→ Task details
The records below hold a stretch from the line with "#84=EDGE_LOOP('',(#83));" through the line with "#97=CYLINDRICAL_SURFACE('',#96,2.);"; return exactly those lines, ends included, and nothing more.

→ Input
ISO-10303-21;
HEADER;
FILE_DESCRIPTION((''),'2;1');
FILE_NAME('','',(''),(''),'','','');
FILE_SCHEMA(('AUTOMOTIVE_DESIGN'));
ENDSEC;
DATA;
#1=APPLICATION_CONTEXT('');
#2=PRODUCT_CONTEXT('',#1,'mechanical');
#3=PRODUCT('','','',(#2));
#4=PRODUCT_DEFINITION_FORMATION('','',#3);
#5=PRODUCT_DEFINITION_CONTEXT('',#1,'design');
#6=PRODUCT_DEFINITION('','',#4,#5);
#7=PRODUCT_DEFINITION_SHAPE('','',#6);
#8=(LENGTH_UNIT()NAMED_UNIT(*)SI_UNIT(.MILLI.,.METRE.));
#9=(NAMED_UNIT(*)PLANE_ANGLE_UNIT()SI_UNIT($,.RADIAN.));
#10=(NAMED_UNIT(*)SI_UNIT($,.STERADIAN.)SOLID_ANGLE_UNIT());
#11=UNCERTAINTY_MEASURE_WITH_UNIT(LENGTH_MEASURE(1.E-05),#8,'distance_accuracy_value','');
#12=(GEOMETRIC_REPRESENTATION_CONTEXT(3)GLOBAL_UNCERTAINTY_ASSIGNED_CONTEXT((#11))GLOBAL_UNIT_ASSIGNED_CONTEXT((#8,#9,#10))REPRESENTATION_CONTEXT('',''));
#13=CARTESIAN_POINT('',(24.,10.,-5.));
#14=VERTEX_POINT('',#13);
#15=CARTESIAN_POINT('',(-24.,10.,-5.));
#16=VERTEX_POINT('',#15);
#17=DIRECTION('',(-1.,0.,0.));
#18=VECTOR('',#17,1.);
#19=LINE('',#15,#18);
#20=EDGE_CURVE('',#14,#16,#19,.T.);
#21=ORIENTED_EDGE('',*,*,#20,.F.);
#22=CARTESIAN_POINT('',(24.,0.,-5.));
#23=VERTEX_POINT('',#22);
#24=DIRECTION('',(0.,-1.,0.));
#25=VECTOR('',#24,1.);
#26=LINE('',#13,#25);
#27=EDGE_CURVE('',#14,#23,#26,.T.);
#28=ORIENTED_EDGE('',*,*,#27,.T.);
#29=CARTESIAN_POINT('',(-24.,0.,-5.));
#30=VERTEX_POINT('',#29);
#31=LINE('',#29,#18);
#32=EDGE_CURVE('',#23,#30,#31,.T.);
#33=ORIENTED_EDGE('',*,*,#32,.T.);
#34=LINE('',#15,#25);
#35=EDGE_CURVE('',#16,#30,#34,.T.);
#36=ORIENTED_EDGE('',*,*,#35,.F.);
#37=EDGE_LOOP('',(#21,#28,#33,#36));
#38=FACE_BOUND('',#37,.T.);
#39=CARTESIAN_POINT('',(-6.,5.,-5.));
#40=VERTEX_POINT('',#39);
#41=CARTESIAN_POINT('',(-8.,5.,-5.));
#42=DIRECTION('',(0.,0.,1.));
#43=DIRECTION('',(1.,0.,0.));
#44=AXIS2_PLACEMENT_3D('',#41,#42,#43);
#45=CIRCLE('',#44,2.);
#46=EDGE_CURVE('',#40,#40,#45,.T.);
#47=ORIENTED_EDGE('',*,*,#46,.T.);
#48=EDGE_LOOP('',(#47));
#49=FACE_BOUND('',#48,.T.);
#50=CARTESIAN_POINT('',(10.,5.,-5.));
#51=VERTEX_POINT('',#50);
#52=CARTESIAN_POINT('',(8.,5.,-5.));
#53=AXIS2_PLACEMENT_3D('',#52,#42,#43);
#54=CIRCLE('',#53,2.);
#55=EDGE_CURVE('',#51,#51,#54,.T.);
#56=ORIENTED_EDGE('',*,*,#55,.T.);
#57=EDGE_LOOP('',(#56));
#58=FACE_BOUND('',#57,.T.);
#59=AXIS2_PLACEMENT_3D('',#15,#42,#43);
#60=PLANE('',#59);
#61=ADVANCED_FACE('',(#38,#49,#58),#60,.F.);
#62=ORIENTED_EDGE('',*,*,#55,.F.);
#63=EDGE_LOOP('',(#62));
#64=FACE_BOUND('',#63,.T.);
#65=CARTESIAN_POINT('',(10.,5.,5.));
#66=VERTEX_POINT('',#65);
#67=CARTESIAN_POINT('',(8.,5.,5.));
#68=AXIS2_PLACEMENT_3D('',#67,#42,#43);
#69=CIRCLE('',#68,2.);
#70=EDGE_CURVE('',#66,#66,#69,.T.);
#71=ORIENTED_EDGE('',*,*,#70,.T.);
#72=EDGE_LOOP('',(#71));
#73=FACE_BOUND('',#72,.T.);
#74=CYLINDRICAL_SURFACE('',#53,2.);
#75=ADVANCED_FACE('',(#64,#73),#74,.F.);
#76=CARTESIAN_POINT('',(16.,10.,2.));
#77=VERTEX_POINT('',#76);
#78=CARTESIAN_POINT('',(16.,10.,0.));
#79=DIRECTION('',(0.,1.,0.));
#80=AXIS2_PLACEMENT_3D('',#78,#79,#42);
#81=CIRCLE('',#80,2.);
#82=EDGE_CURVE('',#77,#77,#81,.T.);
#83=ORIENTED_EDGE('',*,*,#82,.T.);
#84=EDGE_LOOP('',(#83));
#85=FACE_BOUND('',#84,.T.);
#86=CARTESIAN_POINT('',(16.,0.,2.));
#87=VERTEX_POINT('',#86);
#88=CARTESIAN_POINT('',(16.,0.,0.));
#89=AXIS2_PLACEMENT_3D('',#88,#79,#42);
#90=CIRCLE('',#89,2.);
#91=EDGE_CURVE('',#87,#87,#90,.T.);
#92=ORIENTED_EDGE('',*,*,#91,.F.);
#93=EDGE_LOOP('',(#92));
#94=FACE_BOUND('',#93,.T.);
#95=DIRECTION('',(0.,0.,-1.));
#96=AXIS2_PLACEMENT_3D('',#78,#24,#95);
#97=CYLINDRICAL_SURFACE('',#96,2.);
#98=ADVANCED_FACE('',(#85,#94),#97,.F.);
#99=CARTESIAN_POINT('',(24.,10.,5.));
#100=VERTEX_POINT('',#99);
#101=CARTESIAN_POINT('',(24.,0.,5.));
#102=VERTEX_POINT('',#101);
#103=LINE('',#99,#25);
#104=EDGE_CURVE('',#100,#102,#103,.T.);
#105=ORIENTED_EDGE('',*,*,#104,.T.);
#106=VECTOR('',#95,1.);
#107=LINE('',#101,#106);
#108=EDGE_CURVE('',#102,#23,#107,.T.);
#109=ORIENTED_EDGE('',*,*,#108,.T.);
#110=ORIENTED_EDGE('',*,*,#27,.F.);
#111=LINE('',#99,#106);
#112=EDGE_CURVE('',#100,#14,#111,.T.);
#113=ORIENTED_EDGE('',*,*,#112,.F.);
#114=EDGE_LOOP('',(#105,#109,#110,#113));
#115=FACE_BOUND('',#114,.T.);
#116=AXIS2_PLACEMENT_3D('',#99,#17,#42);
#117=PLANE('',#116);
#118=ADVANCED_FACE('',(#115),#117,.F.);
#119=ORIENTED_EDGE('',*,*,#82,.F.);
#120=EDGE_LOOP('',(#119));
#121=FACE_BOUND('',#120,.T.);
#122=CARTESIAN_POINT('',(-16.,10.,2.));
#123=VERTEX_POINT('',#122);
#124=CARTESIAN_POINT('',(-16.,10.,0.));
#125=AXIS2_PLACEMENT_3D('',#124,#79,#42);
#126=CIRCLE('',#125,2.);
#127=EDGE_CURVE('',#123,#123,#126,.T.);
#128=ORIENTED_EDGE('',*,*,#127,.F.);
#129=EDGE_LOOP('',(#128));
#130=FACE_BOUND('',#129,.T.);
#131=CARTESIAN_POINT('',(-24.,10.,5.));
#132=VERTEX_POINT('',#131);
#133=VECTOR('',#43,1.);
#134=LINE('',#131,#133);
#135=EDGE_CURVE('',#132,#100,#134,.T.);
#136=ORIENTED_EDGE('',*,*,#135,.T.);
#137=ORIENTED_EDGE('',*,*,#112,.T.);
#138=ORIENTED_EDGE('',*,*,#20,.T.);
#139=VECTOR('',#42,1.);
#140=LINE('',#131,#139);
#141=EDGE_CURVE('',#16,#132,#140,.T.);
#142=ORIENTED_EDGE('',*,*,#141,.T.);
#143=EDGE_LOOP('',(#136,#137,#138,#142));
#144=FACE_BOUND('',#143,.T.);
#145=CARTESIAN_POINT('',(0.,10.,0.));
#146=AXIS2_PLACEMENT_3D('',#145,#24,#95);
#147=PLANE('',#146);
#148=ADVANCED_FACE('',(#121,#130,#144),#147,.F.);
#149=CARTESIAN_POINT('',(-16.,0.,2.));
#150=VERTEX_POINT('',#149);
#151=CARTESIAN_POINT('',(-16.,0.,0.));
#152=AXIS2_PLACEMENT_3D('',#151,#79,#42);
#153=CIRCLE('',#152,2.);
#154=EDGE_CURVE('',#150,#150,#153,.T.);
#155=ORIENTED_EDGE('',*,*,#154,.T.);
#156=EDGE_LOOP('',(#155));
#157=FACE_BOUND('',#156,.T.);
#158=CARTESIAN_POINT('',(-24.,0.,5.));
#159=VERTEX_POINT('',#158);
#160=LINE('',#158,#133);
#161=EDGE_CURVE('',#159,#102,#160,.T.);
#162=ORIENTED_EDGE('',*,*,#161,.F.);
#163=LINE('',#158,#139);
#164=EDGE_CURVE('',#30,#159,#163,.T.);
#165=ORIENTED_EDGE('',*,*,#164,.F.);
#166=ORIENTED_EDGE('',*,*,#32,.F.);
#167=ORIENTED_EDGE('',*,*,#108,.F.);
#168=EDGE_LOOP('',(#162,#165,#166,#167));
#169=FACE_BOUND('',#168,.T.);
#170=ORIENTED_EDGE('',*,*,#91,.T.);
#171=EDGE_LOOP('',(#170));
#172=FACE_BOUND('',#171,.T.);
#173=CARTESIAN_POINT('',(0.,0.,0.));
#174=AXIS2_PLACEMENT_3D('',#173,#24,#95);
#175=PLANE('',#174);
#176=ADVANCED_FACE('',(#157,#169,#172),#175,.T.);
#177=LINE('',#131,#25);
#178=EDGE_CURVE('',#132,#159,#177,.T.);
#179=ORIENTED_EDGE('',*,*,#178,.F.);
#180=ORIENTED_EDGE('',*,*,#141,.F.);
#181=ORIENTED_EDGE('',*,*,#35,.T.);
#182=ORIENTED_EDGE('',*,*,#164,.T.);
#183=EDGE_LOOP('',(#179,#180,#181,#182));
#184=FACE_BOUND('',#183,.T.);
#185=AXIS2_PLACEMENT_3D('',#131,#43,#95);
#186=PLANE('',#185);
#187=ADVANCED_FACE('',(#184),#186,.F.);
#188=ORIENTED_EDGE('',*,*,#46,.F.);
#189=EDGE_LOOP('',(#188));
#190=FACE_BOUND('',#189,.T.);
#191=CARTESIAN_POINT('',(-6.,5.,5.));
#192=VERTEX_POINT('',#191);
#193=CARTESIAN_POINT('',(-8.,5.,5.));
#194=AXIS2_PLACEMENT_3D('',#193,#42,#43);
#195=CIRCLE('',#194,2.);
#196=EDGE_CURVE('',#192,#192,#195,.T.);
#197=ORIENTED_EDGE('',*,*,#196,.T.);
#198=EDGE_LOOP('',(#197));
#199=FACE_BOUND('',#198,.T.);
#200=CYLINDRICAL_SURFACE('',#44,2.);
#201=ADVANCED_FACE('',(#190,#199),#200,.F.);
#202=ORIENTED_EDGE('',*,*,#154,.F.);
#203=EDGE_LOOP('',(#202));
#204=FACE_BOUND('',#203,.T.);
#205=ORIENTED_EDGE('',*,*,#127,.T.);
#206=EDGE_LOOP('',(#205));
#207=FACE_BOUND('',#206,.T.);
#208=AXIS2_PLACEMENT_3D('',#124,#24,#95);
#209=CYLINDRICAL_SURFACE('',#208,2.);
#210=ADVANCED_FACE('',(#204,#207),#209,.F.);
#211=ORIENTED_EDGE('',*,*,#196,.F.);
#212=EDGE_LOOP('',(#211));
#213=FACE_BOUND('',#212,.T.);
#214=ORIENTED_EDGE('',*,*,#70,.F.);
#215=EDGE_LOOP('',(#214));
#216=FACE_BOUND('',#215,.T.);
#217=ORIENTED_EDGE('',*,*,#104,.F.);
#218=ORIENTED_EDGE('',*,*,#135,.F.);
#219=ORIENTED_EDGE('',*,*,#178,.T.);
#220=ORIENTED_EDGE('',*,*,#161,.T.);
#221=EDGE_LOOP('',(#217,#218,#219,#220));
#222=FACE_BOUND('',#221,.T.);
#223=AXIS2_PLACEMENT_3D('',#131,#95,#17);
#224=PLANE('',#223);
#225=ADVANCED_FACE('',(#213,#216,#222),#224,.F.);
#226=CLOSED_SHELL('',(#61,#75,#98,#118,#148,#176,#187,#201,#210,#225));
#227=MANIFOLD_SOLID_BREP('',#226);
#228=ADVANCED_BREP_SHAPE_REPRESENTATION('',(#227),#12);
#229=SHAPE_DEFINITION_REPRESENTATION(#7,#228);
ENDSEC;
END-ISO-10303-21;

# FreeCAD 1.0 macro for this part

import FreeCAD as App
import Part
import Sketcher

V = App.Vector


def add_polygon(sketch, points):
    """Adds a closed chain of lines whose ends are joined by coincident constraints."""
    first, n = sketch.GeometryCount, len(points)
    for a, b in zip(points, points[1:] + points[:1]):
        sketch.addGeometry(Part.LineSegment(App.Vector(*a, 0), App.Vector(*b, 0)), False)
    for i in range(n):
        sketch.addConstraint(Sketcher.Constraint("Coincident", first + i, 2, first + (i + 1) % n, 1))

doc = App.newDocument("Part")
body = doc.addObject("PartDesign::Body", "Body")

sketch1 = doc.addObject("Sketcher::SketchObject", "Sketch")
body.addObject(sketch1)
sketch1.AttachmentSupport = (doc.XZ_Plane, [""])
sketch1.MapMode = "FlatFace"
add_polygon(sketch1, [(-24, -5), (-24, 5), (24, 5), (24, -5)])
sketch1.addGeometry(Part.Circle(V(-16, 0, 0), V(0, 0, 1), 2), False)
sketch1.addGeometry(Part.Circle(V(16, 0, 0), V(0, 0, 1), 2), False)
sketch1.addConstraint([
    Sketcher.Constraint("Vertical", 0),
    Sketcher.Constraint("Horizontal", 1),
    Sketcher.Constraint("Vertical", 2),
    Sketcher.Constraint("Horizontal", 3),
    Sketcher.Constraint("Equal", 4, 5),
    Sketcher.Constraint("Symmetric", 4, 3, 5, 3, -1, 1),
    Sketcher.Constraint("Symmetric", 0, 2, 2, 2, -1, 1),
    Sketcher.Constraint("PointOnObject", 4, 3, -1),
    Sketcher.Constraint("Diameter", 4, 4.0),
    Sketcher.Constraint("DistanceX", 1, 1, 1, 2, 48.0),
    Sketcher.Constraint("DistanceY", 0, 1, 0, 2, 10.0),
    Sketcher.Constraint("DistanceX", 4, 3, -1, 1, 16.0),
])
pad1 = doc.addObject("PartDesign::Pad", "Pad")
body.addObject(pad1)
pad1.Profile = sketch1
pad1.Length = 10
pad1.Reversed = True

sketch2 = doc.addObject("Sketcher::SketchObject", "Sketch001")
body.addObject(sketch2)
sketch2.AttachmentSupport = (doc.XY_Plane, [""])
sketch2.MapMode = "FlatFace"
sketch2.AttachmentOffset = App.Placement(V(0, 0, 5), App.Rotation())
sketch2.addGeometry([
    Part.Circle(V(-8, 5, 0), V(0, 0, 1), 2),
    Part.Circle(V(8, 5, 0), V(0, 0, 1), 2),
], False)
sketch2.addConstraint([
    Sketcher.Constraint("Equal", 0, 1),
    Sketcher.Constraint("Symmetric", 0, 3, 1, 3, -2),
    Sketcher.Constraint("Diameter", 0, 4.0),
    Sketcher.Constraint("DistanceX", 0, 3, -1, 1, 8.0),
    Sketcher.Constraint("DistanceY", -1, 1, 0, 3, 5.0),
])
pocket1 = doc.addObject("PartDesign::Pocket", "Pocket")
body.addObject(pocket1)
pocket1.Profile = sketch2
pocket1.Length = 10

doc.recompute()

→ Exercise solution
#84=EDGE_LOOP('',(#83));
#85=FACE_BOUND('',#84,.T.);
#86=CARTESIAN_POINT('',(16.,0.,2.));
#87=VERTEX_POINT('',#86);
#88=CARTESIAN_POINT('',(16.,0.,0.));
#89=AXIS2_PLACEMENT_3D('',#88,#79,#42);
#90=CIRCLE('',#89,2.);
#91=EDGE_CURVE('',#87,#87,#90,.T.);
#92=ORIENTED_EDGE('',*,*,#91,.F.);
#93=EDGE_LOOP('',(#92));
#94=FACE_BOUND('',#93,.T.);
#95=DIRECTION('',(0.,0.,-1.));
#96=AXIS2_PLACEMENT_3D('',#78,#24,#95);
#97=CYLINDRICAL_SURFACE('',#96,2.);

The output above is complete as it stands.